ACTIVITY: Please count the lines in the entries below that include the word "VECTOR", and give only the number.

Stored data
· · ·

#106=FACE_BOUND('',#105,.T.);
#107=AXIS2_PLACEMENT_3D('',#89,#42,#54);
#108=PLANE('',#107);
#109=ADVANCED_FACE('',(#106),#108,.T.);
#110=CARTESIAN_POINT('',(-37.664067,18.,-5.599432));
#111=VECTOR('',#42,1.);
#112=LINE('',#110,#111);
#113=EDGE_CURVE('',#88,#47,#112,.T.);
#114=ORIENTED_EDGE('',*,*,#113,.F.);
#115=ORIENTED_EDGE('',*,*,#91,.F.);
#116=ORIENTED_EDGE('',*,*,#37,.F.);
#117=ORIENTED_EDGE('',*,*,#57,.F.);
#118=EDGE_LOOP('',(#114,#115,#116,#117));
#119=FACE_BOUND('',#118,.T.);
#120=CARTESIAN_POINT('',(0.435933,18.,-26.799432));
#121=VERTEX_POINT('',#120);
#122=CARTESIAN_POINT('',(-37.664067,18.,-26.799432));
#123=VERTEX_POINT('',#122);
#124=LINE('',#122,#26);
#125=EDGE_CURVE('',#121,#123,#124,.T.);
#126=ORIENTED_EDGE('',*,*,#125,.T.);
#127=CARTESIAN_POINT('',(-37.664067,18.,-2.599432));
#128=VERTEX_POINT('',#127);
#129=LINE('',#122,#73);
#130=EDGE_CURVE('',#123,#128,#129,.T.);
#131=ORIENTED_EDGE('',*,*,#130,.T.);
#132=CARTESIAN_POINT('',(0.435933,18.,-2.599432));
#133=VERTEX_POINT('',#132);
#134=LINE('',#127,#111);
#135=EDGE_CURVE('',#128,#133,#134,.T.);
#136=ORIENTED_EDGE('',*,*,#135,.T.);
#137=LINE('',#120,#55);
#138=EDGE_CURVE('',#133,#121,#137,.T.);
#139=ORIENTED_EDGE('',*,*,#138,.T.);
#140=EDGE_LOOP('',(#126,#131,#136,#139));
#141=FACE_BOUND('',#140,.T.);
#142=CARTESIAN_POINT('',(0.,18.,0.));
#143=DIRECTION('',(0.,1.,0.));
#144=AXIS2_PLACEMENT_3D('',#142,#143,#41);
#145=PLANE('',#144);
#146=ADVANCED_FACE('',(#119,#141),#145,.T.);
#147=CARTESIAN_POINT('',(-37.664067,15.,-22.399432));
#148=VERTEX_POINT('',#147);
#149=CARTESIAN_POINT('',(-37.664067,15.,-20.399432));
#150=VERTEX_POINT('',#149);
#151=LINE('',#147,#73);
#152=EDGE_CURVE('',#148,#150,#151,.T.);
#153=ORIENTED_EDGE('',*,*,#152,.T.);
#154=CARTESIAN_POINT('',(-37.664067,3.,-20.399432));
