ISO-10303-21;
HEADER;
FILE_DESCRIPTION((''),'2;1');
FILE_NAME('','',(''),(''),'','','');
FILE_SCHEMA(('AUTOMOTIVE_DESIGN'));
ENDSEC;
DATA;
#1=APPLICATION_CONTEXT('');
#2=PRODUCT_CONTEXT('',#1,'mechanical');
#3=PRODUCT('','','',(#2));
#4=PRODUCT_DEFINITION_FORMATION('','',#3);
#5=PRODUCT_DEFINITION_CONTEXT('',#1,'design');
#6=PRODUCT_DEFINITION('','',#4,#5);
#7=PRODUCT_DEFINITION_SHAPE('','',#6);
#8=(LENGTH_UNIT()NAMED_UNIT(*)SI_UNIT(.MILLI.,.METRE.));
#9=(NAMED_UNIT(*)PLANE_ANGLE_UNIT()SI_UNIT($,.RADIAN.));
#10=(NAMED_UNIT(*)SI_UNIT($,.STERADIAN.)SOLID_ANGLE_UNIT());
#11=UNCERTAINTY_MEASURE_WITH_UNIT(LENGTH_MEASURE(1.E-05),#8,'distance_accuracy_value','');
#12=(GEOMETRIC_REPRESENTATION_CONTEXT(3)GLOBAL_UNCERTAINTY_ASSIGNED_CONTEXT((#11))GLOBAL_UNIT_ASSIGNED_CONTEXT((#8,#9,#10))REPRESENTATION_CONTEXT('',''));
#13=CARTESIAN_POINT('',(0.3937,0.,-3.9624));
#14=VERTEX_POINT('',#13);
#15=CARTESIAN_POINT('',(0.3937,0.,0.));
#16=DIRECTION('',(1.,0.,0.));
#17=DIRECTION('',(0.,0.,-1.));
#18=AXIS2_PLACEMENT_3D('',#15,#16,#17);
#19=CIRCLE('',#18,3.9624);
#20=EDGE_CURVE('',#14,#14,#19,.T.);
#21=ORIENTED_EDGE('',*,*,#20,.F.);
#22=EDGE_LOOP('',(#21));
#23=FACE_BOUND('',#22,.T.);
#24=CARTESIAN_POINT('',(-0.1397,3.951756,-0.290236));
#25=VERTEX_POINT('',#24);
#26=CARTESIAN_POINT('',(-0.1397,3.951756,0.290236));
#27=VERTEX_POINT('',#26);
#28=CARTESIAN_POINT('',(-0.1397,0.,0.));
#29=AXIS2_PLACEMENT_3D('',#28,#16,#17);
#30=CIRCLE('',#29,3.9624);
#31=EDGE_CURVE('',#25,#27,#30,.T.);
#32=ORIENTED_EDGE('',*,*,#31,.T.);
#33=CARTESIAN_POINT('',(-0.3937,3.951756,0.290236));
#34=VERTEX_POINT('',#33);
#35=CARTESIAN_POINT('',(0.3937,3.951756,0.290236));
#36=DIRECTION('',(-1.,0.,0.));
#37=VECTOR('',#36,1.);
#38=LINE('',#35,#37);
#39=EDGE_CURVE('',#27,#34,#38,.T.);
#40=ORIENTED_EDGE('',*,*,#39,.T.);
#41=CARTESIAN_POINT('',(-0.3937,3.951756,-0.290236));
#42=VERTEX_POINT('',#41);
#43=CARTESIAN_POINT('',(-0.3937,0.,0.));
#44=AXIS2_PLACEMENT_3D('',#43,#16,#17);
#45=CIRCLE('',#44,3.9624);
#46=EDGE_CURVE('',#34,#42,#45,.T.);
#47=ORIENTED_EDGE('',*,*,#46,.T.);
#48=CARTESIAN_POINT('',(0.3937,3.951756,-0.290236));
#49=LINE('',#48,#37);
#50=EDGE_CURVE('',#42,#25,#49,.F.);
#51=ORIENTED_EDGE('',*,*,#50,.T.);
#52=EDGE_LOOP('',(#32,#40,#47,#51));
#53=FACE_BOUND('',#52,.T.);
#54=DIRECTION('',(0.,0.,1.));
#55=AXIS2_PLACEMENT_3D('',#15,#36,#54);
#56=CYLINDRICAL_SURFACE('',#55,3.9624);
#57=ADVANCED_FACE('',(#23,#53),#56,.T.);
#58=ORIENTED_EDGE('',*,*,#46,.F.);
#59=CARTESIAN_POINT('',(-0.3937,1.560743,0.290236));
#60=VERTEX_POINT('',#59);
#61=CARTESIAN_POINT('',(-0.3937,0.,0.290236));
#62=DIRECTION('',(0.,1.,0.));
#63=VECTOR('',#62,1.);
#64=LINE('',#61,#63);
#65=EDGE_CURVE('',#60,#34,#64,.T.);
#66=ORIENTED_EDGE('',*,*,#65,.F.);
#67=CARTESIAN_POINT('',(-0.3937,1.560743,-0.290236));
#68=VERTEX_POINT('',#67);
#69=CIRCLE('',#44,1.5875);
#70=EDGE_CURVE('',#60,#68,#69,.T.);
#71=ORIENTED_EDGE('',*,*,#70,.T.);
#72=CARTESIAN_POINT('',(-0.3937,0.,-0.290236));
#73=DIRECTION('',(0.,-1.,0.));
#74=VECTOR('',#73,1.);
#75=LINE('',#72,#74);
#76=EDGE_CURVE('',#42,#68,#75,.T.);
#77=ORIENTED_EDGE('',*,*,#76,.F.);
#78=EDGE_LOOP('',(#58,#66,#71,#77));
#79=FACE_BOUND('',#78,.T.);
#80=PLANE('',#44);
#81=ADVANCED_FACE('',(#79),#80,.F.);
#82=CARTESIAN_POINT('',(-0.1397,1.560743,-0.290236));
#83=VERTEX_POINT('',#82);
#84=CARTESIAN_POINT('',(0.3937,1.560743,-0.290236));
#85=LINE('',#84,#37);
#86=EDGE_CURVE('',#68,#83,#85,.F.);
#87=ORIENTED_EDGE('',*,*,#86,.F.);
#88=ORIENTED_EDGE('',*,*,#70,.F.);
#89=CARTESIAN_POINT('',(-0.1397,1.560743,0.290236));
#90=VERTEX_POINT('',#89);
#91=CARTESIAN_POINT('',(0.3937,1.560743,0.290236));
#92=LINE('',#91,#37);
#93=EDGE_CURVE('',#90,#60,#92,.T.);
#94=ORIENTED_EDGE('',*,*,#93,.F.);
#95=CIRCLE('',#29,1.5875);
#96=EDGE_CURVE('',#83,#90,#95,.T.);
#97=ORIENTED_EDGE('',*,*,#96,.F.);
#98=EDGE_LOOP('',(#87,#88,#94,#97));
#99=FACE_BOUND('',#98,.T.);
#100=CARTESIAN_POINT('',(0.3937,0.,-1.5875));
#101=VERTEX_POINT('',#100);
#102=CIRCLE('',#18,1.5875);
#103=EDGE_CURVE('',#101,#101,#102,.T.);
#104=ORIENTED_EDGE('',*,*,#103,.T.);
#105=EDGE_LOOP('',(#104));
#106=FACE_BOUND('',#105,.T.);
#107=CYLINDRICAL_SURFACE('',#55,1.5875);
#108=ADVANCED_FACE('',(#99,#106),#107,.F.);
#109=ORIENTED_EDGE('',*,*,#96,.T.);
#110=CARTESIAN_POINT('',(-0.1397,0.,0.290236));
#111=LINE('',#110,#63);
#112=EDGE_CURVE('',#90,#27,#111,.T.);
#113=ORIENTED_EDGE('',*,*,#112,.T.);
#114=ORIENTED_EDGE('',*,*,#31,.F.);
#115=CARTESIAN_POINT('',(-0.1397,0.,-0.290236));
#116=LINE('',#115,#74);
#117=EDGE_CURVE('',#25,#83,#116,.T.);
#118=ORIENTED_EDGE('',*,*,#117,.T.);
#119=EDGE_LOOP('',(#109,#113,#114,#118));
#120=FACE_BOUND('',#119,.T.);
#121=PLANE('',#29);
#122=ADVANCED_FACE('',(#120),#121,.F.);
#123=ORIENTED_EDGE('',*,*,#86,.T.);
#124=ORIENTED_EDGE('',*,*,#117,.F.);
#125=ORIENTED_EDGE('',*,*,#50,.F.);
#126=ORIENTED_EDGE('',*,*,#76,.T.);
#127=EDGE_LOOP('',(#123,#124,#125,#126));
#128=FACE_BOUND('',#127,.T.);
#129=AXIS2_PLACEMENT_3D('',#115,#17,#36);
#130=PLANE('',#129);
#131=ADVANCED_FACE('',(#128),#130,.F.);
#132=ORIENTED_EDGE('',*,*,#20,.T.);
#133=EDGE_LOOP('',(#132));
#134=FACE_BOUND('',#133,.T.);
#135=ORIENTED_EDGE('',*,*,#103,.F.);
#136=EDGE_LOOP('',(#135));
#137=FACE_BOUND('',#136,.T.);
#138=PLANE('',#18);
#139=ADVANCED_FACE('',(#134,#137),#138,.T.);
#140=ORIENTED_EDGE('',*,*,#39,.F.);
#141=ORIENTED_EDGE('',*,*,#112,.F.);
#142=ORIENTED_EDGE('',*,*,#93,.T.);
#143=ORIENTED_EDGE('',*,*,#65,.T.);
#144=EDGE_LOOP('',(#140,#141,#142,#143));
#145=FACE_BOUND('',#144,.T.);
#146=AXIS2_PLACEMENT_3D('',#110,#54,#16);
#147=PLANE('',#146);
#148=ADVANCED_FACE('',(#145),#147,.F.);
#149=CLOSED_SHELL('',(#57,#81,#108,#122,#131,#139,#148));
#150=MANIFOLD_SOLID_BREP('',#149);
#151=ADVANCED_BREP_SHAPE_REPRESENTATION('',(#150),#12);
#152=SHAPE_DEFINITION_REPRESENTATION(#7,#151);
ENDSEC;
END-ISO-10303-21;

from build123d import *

# Parameters (mm, degrees)
SKETCH1_R           = 3.9624
SKETCH1_R_2         = 1.5875
BOSS_EXTRUDE1_DEPTH = 0.3937
SKETCH5_W           = 0.58047107
SKETCH5_H           = 3.9624
CUT_EXTRUDE1_DEPTH  = 0.254


with BuildPart() as part:
    # Sketch1 → Boss-Extrude1 (new, symmetric)
    with BuildSketch(Plane(origin=(0, 0, 0), x_dir=(0, 0, -1), z_dir=(1, 0, 0))):
        Circle(SKETCH1_R)
        Circle(SKETCH1_R_2, mode=Mode.SUBTRACT)
    extrude(amount=BOSS_EXTRUDE1_DEPTH, both=True)

    # Sketch5 → Cut-Extrude1 (cut)
    with BuildSketch(Plane.ZY.offset(0.3937)):
        with Locations((0, 1.9812)):
            Rectangle(SKETCH5_W, SKETCH5_H)
    extrude(amount=-CUT_EXTRUDE1_DEPTH, mode=Mode.SUBTRACT)


solid = part.part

· · ·

TASK ANSWER: 4